── Records supplied

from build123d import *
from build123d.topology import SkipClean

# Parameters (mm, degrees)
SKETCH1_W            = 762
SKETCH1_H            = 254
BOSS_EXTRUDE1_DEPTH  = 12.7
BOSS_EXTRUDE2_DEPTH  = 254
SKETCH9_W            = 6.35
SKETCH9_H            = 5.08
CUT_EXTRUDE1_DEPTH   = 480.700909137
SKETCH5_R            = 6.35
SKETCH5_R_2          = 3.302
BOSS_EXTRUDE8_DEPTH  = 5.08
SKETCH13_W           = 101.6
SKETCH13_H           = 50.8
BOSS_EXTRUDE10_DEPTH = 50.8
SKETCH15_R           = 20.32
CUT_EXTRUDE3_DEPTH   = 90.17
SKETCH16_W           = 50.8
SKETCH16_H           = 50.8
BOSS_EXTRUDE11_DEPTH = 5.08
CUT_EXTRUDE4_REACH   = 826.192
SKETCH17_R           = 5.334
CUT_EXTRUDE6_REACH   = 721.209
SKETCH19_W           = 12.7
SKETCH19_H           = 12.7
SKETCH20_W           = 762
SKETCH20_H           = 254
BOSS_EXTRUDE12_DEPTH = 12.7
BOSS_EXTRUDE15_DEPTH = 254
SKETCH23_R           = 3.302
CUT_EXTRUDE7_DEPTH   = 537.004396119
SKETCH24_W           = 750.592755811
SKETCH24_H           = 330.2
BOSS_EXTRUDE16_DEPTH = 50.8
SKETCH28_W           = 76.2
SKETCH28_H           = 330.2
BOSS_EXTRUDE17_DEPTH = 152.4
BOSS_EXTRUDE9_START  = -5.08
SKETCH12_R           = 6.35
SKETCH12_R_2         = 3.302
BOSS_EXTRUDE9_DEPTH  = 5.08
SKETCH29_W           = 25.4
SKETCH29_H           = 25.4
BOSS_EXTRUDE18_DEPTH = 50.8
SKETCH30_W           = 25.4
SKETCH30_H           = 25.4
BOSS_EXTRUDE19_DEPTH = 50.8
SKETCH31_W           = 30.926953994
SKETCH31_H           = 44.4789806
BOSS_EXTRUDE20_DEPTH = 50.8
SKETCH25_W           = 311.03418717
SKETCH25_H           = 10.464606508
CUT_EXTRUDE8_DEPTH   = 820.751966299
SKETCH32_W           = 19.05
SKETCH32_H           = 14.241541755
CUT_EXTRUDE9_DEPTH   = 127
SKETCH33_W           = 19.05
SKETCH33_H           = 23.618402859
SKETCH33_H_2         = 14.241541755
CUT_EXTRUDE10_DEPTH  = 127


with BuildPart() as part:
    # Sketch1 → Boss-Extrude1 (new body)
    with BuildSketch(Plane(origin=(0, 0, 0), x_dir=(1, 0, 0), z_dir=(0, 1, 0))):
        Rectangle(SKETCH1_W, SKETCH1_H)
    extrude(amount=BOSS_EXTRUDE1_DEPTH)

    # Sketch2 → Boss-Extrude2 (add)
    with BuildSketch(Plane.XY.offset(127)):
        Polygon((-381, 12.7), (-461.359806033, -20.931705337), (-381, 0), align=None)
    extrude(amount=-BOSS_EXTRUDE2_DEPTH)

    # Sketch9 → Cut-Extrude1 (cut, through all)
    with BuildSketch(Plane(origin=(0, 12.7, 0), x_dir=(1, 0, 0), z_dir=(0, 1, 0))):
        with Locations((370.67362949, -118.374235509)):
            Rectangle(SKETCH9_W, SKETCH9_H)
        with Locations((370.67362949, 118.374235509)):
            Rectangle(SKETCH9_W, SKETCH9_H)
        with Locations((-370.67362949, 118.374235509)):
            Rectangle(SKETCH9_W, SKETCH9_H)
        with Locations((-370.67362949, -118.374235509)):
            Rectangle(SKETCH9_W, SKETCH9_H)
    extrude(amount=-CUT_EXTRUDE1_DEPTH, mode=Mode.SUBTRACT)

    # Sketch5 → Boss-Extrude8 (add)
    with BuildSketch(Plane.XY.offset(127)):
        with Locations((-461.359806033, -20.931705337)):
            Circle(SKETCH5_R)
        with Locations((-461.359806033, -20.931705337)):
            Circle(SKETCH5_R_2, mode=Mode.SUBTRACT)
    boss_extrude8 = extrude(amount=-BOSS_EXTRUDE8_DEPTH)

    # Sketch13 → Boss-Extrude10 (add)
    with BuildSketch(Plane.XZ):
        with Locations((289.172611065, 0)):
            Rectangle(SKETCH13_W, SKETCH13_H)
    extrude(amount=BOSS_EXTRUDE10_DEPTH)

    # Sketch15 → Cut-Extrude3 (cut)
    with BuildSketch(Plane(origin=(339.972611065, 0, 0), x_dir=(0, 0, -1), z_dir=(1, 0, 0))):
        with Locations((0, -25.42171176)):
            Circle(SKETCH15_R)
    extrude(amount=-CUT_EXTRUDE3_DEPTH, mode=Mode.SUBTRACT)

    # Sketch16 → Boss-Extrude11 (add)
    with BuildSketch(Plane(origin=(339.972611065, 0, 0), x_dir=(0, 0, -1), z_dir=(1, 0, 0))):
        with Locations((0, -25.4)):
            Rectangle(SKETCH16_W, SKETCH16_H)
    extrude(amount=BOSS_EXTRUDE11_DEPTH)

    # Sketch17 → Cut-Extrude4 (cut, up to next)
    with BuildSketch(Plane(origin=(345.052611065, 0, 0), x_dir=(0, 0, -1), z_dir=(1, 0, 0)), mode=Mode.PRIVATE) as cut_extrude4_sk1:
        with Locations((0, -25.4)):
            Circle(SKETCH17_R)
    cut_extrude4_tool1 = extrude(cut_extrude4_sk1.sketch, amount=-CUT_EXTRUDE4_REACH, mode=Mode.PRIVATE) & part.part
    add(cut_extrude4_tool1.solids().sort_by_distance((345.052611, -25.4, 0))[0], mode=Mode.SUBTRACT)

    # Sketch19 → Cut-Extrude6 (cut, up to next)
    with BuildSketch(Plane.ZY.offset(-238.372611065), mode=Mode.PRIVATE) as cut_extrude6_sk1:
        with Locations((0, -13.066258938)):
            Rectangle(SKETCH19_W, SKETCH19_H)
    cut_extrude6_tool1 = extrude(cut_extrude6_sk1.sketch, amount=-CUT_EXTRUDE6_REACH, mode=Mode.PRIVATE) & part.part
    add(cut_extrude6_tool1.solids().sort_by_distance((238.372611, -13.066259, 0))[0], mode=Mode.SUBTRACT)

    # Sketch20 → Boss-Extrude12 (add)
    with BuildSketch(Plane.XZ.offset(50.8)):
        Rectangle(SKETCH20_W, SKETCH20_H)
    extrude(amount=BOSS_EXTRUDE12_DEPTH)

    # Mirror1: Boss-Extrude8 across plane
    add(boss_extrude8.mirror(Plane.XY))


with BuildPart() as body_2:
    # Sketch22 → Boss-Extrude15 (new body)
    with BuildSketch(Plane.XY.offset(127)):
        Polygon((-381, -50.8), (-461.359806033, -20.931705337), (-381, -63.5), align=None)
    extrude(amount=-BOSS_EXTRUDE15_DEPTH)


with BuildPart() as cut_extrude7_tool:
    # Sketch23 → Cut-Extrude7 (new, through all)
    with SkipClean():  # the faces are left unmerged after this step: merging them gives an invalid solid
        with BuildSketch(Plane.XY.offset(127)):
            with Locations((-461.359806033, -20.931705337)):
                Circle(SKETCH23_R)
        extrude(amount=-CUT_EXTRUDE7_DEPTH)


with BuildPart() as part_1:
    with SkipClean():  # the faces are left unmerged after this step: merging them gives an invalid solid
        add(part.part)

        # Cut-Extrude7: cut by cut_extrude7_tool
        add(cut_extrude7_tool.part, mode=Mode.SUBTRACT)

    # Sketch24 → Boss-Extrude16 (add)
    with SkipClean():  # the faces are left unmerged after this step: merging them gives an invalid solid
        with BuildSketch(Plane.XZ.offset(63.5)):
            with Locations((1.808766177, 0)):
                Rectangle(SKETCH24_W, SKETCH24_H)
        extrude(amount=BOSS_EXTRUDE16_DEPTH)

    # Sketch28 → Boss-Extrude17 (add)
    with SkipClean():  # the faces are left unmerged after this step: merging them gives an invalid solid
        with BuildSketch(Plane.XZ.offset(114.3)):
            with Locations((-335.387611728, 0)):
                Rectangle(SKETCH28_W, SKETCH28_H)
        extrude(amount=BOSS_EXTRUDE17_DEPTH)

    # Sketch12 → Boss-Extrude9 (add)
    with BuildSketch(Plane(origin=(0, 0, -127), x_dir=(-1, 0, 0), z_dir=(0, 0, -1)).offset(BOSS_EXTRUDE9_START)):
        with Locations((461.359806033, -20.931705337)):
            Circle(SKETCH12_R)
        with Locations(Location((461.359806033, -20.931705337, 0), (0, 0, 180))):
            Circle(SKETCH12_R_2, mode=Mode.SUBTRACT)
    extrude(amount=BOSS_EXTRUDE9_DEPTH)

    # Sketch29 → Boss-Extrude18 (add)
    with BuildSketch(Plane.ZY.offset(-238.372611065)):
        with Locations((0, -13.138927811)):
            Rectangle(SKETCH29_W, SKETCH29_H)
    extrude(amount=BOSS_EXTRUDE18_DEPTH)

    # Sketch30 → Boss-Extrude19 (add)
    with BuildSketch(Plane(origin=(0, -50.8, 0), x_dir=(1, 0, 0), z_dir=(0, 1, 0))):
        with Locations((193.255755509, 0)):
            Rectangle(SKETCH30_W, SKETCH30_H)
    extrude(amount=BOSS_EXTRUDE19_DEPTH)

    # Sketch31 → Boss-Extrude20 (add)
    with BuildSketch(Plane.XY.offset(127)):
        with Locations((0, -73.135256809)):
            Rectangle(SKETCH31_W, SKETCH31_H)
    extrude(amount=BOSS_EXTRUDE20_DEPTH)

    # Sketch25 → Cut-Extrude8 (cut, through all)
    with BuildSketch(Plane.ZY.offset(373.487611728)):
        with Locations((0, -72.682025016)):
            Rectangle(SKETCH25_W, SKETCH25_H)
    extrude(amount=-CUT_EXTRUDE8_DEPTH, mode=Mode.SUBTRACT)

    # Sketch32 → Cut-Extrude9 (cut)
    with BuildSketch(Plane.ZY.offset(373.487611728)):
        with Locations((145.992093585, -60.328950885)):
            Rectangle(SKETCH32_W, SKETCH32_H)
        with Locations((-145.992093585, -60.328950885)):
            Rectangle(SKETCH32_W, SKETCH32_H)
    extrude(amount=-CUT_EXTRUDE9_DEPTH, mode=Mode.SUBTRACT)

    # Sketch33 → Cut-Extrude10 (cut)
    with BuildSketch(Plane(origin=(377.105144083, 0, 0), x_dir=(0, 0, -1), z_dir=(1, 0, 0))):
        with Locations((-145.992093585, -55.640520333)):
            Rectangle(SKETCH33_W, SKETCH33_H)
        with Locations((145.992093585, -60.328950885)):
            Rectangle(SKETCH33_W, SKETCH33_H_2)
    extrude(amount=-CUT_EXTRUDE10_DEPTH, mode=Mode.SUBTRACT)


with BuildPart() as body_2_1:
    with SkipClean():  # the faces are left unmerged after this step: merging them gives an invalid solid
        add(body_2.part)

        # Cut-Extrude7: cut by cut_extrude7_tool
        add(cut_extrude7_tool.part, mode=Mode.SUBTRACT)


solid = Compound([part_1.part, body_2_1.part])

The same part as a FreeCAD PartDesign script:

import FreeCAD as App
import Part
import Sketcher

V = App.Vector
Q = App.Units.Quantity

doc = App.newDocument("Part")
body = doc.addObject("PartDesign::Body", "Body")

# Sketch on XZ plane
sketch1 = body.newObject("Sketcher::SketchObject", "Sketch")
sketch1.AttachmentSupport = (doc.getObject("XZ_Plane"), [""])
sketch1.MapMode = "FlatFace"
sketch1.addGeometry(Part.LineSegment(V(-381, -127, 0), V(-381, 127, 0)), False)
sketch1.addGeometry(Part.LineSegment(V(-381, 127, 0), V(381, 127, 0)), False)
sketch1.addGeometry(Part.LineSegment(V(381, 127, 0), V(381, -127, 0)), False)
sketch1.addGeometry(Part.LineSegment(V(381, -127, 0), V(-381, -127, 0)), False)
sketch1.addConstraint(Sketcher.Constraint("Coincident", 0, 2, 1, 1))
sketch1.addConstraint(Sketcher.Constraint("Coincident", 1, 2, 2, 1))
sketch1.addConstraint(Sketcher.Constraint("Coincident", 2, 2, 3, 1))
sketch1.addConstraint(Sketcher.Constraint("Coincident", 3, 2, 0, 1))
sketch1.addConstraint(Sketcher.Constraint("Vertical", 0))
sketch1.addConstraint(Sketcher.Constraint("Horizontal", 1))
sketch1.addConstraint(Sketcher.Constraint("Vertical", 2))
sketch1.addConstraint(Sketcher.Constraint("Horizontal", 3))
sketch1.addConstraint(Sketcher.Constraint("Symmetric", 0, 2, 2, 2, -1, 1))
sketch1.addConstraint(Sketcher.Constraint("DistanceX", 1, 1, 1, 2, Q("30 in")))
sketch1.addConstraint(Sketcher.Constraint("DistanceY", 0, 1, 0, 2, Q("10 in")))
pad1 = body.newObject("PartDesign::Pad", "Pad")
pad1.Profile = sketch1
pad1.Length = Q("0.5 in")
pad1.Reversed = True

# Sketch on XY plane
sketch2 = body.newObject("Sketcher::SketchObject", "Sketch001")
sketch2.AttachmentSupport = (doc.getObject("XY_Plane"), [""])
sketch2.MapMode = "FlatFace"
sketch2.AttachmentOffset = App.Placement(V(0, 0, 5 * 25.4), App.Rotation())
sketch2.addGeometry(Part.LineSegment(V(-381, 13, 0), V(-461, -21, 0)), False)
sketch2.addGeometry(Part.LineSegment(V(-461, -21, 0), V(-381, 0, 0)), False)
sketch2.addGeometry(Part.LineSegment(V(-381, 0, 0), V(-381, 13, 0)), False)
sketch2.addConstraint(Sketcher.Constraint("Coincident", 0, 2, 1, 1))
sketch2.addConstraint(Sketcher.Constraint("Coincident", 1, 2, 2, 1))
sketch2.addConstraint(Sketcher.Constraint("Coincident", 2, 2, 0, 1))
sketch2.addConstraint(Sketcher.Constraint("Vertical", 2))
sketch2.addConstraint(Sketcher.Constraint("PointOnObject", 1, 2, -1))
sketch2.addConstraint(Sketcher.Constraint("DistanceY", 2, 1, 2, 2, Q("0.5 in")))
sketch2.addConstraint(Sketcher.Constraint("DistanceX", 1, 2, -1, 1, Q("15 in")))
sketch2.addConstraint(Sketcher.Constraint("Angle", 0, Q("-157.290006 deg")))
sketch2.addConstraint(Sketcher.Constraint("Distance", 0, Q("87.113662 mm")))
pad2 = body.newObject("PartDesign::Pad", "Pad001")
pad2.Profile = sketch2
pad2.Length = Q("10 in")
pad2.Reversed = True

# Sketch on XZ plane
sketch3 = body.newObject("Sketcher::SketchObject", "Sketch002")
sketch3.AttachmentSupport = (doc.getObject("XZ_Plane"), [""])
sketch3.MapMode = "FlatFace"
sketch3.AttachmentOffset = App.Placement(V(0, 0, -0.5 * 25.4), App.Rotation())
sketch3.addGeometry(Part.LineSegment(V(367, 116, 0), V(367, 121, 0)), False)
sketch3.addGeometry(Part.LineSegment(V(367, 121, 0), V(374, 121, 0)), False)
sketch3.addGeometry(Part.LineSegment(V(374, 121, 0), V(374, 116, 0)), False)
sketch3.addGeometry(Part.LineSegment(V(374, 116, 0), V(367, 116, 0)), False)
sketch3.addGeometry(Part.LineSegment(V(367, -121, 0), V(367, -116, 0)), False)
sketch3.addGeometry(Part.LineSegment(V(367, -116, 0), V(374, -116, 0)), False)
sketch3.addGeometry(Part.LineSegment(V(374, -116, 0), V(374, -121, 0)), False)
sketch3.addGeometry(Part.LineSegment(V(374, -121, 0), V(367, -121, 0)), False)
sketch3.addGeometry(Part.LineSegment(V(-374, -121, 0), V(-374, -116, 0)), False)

────

Work to complete
From the records above, pick out and copy each line holding the word "align".

Written answer
        Polygon((-381, 12.7), (-461.359806033, -20.931705337), (-381, 0), align=None)
        Polygon((-381, -50.8), (-461.359806033, -20.931705337), (-381, -63.5), align=None)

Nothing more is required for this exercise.